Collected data
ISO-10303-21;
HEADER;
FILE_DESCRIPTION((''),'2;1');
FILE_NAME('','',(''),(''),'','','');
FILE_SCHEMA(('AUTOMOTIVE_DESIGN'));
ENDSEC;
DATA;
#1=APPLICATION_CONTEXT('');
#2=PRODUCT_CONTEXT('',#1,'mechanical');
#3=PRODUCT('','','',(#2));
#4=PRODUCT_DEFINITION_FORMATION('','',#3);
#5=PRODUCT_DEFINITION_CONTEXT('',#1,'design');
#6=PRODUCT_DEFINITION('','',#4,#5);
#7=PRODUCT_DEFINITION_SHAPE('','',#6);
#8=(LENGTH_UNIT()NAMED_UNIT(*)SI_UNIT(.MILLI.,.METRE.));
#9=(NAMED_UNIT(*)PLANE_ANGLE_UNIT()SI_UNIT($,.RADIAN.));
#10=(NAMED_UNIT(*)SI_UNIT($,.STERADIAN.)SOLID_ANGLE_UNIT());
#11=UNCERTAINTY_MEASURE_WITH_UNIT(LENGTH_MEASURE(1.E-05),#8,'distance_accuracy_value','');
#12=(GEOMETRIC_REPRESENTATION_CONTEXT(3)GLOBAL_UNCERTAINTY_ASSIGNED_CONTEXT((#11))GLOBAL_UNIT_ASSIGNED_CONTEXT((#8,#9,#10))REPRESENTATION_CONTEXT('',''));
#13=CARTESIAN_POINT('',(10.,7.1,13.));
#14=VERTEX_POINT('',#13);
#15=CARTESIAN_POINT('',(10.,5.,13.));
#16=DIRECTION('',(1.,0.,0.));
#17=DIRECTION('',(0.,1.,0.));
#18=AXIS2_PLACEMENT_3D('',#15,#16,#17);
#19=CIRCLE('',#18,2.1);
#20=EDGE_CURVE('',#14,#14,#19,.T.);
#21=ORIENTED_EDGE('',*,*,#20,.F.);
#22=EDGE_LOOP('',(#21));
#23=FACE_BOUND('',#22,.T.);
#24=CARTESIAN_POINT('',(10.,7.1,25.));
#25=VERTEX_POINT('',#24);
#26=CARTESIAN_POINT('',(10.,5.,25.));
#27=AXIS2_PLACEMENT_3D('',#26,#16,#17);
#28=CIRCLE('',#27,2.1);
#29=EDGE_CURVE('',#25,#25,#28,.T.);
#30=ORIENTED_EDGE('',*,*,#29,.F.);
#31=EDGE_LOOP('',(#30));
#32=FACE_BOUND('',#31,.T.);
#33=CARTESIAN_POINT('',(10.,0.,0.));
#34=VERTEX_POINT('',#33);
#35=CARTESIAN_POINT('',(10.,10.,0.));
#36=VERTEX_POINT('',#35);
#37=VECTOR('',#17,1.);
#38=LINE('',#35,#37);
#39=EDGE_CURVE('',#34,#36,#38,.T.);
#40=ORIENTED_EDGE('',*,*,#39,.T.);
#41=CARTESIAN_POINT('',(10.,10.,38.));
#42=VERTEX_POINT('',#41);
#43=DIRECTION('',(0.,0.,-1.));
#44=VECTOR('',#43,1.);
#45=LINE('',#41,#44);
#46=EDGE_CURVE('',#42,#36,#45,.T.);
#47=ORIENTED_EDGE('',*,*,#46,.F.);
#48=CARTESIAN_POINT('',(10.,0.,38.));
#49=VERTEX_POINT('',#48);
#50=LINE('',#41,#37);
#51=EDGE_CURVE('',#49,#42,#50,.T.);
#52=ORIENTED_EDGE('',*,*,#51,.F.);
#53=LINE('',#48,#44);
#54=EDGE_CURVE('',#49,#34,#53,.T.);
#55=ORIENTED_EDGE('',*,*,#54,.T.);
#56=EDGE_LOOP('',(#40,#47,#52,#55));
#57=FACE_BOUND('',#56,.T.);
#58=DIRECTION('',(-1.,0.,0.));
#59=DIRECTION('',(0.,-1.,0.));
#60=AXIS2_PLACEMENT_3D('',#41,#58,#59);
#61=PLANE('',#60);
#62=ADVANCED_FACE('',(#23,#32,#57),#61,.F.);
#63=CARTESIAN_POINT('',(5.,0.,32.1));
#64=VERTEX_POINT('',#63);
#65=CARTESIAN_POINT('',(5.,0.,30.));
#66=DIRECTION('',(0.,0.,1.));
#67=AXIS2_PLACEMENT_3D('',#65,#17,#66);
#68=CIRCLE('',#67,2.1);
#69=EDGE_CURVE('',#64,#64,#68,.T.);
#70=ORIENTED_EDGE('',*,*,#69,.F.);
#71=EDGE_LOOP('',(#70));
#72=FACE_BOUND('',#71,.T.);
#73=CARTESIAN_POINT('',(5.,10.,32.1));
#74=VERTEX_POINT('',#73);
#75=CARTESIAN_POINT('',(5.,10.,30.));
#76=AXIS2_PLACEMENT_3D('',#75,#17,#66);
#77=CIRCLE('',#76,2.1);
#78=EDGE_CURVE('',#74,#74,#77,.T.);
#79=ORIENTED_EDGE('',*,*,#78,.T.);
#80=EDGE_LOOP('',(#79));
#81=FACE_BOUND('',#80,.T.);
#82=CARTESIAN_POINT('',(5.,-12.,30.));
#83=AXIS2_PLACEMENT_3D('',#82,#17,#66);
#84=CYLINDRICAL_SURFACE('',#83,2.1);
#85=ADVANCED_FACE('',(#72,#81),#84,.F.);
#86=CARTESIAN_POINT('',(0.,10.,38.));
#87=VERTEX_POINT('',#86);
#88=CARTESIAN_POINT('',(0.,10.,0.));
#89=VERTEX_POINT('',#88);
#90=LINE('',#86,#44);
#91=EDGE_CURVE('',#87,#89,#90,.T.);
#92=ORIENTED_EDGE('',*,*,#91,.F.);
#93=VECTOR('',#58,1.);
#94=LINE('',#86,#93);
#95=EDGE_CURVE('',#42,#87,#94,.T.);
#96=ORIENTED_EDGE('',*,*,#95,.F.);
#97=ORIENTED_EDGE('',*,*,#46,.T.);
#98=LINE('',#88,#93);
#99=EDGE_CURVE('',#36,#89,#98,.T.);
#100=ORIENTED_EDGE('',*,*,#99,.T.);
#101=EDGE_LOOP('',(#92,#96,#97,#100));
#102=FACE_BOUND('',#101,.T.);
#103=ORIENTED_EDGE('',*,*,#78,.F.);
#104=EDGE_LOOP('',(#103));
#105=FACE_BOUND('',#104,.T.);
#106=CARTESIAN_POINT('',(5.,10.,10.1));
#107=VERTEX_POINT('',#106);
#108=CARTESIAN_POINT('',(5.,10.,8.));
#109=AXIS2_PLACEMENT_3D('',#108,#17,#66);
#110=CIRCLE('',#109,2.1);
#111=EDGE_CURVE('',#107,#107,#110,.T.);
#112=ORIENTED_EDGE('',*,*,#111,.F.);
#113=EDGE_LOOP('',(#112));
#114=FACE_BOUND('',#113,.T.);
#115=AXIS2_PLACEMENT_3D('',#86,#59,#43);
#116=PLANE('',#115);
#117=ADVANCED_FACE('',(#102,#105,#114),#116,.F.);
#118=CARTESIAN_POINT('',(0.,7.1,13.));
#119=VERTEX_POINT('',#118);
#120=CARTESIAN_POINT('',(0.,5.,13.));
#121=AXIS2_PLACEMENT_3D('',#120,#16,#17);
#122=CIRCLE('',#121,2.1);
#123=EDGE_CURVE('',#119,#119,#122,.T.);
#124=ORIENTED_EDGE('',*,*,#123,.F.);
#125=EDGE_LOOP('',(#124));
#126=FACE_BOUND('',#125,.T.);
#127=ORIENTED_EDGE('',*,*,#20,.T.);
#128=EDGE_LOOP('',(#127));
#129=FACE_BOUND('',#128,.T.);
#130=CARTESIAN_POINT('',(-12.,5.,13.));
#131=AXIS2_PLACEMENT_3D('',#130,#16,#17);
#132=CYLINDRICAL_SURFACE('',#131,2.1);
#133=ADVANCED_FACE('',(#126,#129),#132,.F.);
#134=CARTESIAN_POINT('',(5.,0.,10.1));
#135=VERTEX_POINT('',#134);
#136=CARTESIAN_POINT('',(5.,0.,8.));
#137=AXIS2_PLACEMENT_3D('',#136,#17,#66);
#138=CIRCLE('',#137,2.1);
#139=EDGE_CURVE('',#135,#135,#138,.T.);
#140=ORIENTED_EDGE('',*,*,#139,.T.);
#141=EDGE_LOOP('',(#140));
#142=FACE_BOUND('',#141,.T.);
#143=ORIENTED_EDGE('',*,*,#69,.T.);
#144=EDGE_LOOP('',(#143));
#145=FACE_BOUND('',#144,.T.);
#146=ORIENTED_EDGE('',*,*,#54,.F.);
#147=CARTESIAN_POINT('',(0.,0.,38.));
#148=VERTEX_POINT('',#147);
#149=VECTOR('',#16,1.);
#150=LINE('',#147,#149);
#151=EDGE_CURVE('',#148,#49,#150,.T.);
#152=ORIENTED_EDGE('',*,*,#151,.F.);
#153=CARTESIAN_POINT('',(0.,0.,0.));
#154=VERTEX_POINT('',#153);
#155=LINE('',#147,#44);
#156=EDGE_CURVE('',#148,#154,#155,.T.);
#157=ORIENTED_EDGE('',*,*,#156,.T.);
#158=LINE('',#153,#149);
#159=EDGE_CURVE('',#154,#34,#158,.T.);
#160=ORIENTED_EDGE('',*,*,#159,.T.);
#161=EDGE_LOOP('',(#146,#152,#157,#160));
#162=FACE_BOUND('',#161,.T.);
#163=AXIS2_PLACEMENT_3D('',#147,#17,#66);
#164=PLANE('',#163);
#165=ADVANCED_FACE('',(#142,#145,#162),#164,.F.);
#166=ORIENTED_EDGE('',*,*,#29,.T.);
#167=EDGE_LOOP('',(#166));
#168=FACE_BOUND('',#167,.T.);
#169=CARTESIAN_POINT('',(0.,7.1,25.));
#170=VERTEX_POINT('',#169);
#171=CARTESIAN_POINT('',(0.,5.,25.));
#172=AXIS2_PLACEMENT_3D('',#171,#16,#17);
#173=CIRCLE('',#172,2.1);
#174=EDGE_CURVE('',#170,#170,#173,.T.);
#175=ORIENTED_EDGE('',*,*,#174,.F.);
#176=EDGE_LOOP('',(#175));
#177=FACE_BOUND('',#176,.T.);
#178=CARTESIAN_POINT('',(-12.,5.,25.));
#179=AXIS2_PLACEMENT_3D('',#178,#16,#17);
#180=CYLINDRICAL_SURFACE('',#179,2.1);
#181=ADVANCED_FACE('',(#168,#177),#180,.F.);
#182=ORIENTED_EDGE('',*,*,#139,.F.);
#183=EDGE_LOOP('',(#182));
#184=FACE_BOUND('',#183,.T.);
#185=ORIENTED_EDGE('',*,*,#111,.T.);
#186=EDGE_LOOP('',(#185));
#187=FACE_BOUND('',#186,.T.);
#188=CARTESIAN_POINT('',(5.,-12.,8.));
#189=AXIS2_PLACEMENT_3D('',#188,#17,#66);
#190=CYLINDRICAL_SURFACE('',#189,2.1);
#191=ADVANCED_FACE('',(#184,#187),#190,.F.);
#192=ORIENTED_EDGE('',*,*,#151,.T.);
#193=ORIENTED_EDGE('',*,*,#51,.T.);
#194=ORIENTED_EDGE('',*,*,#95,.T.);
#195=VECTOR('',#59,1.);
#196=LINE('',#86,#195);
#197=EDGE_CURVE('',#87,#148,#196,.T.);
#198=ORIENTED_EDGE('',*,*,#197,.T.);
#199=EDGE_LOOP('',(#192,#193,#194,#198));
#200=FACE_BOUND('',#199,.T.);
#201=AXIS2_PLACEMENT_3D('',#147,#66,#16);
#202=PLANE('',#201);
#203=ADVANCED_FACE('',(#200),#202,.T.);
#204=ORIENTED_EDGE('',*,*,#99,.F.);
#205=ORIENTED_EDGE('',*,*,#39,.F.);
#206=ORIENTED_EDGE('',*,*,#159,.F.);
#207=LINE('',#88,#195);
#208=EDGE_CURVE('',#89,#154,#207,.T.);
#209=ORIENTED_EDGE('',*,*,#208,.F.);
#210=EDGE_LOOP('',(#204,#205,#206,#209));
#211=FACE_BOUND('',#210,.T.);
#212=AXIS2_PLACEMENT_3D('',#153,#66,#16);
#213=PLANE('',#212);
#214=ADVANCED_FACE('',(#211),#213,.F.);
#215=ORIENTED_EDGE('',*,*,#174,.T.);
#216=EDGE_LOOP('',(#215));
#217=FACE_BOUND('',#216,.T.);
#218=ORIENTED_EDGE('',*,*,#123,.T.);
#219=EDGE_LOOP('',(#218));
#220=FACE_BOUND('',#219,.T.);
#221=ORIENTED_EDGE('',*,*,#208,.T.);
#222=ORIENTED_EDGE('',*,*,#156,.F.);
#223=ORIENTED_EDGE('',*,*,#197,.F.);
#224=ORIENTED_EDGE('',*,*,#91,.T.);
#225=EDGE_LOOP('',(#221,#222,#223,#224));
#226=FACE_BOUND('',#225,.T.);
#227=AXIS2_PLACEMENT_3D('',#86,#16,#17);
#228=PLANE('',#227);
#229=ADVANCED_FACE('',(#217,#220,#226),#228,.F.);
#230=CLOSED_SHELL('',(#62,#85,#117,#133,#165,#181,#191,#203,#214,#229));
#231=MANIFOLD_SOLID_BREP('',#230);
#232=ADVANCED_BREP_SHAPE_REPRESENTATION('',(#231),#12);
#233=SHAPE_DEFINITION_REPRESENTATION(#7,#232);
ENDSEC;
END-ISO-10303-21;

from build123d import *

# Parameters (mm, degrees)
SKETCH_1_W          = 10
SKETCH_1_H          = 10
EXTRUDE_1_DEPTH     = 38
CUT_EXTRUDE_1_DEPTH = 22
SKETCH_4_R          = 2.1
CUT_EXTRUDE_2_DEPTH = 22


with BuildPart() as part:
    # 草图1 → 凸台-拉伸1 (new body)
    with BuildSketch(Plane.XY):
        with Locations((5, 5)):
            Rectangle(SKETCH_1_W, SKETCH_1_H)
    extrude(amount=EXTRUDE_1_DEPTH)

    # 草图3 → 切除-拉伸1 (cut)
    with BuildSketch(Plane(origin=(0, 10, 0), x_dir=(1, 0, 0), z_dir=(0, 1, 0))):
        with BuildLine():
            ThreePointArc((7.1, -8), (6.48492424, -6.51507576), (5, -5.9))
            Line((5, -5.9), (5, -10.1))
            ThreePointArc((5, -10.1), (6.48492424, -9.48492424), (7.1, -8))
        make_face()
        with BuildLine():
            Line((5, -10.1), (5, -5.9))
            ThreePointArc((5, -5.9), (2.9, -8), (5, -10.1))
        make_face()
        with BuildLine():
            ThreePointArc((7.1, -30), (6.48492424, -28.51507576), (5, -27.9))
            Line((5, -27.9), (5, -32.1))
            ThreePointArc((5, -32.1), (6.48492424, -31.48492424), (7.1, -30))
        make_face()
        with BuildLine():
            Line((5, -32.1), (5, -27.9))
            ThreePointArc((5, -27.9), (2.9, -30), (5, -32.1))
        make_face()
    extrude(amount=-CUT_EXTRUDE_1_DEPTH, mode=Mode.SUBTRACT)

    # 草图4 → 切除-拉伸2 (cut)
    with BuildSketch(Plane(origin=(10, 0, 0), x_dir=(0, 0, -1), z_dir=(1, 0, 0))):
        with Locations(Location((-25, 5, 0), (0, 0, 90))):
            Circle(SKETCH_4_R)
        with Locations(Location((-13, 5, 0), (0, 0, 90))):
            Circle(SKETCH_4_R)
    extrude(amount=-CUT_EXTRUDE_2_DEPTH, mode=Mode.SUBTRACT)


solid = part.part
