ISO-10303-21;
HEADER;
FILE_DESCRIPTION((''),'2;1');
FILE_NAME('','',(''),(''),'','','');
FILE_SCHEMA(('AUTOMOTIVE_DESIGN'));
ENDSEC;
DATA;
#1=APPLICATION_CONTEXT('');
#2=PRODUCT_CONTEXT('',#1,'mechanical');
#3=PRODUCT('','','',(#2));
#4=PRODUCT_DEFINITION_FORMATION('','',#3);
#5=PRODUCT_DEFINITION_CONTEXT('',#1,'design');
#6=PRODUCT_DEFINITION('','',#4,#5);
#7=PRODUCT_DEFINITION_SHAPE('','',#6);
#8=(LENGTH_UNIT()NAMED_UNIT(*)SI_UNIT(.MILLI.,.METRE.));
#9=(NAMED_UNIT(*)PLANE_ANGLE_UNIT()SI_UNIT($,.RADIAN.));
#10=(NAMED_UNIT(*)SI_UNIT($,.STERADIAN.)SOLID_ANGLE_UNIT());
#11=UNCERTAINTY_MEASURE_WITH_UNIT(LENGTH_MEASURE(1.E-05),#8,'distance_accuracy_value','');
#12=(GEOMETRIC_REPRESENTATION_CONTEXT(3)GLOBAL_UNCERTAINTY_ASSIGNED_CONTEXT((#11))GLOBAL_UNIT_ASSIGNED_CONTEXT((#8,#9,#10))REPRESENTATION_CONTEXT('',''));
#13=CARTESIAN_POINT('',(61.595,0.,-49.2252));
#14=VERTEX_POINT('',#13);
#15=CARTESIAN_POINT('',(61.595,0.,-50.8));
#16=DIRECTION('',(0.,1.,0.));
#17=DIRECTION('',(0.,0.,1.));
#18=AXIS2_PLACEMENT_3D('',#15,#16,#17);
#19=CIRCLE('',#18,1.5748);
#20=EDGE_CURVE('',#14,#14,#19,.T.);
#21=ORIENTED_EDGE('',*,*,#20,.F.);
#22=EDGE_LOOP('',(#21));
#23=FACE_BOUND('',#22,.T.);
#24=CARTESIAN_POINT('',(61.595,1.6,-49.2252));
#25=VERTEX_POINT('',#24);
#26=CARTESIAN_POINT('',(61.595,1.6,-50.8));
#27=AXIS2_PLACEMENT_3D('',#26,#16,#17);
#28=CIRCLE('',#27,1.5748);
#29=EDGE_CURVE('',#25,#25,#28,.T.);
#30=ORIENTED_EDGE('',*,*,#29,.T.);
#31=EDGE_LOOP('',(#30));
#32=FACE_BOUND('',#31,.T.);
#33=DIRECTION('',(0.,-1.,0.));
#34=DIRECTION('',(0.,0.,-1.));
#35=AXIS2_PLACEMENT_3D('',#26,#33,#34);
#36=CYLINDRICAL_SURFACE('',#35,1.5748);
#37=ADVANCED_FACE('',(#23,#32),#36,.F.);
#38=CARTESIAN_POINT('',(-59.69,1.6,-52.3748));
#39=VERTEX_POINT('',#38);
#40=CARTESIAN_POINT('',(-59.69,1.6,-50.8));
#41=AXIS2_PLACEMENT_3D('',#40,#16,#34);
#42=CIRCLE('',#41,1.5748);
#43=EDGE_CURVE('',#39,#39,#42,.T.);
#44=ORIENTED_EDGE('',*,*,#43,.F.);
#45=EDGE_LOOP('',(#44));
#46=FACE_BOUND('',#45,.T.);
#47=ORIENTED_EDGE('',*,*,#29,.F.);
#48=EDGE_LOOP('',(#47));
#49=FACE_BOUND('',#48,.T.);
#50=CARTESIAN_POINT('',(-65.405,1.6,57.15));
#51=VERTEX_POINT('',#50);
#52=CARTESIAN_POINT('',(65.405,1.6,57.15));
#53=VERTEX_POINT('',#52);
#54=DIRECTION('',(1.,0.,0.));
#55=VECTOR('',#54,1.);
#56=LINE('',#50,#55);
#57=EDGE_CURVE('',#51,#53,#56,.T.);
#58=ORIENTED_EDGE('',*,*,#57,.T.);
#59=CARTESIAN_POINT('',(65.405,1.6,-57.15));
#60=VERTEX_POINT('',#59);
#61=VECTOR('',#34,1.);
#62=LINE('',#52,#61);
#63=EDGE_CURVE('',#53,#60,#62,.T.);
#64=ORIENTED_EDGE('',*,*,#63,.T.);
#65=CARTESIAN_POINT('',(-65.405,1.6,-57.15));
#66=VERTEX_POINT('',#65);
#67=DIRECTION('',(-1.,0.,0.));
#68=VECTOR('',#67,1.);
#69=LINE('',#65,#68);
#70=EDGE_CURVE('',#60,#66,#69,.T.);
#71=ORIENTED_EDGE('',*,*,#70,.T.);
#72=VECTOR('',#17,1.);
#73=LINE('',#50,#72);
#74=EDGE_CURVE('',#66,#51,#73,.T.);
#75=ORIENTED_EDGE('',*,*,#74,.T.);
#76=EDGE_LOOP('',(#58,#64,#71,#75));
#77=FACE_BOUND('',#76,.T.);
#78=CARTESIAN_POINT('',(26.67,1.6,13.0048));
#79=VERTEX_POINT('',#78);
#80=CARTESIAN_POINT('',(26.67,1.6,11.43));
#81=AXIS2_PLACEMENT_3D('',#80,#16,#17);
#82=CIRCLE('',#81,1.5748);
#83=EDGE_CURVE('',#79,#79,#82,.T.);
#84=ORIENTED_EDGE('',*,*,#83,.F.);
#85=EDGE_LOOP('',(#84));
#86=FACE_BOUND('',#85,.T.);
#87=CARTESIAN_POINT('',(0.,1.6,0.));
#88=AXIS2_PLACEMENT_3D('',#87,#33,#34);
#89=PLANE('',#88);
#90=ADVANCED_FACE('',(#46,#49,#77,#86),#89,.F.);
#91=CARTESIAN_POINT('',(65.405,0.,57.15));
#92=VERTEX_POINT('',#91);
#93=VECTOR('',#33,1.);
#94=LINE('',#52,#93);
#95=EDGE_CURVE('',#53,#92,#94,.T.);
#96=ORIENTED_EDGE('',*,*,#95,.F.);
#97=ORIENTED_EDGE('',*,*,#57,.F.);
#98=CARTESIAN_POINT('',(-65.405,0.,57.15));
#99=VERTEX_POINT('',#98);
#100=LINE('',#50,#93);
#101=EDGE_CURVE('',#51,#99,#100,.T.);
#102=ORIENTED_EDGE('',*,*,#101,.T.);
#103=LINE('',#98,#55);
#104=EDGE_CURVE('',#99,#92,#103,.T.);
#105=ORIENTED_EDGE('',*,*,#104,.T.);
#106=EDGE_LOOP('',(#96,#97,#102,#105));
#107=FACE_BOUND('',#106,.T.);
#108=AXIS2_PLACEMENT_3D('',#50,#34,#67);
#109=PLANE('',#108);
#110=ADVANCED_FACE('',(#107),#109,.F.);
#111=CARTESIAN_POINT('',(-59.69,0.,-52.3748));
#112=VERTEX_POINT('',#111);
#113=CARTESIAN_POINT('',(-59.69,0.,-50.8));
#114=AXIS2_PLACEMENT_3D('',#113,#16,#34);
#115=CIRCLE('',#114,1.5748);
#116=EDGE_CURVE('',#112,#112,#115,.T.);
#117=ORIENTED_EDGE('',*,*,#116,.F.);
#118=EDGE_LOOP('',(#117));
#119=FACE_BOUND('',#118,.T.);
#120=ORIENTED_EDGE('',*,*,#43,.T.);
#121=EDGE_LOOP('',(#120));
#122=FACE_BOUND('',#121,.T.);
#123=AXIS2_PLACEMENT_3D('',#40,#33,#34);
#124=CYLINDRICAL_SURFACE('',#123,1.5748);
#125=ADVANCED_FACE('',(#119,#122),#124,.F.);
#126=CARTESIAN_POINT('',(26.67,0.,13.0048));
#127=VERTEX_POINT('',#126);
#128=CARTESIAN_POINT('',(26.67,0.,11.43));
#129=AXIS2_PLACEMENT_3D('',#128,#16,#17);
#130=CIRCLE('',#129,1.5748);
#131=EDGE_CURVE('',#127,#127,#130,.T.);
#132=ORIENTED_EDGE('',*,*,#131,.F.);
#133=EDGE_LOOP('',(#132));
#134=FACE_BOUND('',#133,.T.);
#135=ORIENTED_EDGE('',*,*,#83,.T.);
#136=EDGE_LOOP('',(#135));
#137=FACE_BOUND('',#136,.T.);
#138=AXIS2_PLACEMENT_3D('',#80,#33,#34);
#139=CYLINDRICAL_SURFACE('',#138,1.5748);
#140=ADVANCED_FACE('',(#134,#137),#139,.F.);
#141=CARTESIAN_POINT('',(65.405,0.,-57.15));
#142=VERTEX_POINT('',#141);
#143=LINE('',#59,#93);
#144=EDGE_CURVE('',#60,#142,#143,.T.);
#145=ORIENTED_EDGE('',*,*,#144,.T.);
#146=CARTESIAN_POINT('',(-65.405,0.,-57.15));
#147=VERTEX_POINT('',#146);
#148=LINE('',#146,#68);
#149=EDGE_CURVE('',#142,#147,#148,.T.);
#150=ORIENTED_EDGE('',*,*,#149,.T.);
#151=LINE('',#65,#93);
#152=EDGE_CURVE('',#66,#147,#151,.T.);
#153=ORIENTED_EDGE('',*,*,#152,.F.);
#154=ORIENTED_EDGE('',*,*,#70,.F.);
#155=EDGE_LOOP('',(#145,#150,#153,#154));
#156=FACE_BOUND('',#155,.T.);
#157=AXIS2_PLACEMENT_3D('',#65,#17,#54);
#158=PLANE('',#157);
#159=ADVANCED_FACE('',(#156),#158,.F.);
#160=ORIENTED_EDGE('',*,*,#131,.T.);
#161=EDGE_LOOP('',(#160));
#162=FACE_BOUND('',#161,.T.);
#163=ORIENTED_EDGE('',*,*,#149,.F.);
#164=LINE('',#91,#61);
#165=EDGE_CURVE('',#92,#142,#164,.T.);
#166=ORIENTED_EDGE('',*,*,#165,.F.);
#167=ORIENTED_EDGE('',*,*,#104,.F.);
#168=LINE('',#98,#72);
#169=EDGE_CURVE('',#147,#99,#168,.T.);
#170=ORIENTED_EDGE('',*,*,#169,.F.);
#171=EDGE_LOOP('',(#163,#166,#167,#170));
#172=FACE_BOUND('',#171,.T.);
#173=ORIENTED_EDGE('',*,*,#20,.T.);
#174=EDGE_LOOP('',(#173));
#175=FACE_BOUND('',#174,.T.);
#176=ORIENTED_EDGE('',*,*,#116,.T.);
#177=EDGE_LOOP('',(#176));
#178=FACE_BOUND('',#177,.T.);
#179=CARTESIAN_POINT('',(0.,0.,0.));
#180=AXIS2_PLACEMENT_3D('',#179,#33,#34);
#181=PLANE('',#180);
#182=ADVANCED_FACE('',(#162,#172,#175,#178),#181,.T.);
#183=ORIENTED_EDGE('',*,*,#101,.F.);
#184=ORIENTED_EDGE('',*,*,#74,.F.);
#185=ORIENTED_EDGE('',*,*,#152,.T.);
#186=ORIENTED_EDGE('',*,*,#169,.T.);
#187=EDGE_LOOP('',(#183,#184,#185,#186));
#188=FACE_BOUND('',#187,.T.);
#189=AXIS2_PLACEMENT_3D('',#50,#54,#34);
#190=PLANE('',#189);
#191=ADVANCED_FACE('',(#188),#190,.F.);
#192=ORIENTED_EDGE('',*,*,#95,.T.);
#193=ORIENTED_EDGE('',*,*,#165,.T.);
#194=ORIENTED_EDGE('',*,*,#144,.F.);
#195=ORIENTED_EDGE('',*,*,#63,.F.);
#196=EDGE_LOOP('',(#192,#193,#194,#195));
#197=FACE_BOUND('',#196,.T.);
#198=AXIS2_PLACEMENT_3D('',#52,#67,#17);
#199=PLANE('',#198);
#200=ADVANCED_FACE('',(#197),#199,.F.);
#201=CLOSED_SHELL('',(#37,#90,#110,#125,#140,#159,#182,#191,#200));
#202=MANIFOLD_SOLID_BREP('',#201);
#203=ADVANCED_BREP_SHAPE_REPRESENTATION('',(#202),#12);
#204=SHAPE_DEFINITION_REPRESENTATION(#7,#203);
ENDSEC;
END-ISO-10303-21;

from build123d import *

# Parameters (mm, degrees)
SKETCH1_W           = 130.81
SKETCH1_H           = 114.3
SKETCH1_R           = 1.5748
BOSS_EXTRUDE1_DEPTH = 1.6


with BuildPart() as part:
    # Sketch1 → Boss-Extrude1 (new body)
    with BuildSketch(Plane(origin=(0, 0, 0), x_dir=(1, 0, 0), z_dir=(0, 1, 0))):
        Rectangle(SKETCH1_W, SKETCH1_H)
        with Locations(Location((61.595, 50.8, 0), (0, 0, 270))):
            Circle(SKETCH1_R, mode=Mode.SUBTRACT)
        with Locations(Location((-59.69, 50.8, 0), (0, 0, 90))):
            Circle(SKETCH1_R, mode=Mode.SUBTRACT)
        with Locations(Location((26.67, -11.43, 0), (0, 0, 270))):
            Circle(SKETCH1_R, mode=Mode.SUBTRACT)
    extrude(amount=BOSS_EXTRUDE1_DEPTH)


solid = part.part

*THE PROBLEM*
The lines to extract from the data above begin with the line containing "#19=CIRCLE('',#18,2.1);" and end with the line containing "#63=CARTESIAN_POINT('',(5.,0.,32.1));". Extract them exactly, including both.

*EXPECTED OUTPUT*
#19=CIRCLE('',#18,2.1);
#20=EDGE_CURVE('',#14,#14,#19,.T.);
#21=ORIENTED_EDGE('',*,*,#20,.F.);
#22=EDGE_LOOP('',(#21));
#23=FACE_BOUND('',#22,.T.);
#24=CARTESIAN_POINT('',(10.,7.1,25.));
#25=VERTEX_POINT('',#24);
#26=CARTESIAN_POINT('',(10.,5.,25.));
#27=AXIS2_PLACEMENT_3D('',#26,#16,#17);
#28=CIRCLE('',#27,2.1);
#29=EDGE_CURVE('',#25,#25,#28,.T.);
#30=ORIENTED_EDGE('',*,*,#29,.F.);
#31=EDGE_LOOP('',(#30));
#32=FACE_BOUND('',#31,.T.);
#33=CARTESIAN_POINT('',(10.,0.,0.));
#34=VERTEX_POINT('',#33);
#35=CARTESIAN_POINT('',(10.,10.,0.));
#36=VERTEX_POINT('',#35);
#37=VECTOR('',#17,1.);
#38=LINE('',#35,#37);
#39=EDGE_CURVE('',#34,#36,#38,.T.);
#40=ORIENTED_EDGE('',*,*,#39,.T.);
#41=CARTESIAN_POINT('',(10.,10.,38.));
#42=VERTEX_POINT('',#41);
#43=DIRECTION('',(0.,0.,-1.));
#44=VECTOR('',#43,1.);
#45=LINE('',#41,#44);
#46=EDGE_CURVE('',#42,#36,#45,.T.);
#47=ORIENTED_EDGE('',*,*,#46,.F.);
#48=CARTESIAN_POINT('',(10.,0.,38.));
#49=VERTEX_POINT('',#48);
#50=LINE('',#41,#37);
#51=EDGE_CURVE('',#49,#42,#50,.T.);
#52=ORIENTED_EDGE('',*,*,#51,.F.);
#53=LINE('',#48,#44);
#54=EDGE_CURVE('',#49,#34,#53,.T.);
#55=ORIENTED_EDGE('',*,*,#54,.T.);
#56=EDGE_LOOP('',(#40,#47,#52,#55));
#57=FACE_BOUND('',#56,.T.);
#58=DIRECTION('',(-1.,0.,0.));
#59=DIRECTION('',(0.,-1.,0.));
#60=AXIS2_PLACEMENT_3D('',#41,#58,#59);
#61=PLANE('',#60);
#62=ADVANCED_FACE('',(#23,#32,#57),#61,.F.);
#63=CARTESIAN_POINT('',(5.,0.,32.1));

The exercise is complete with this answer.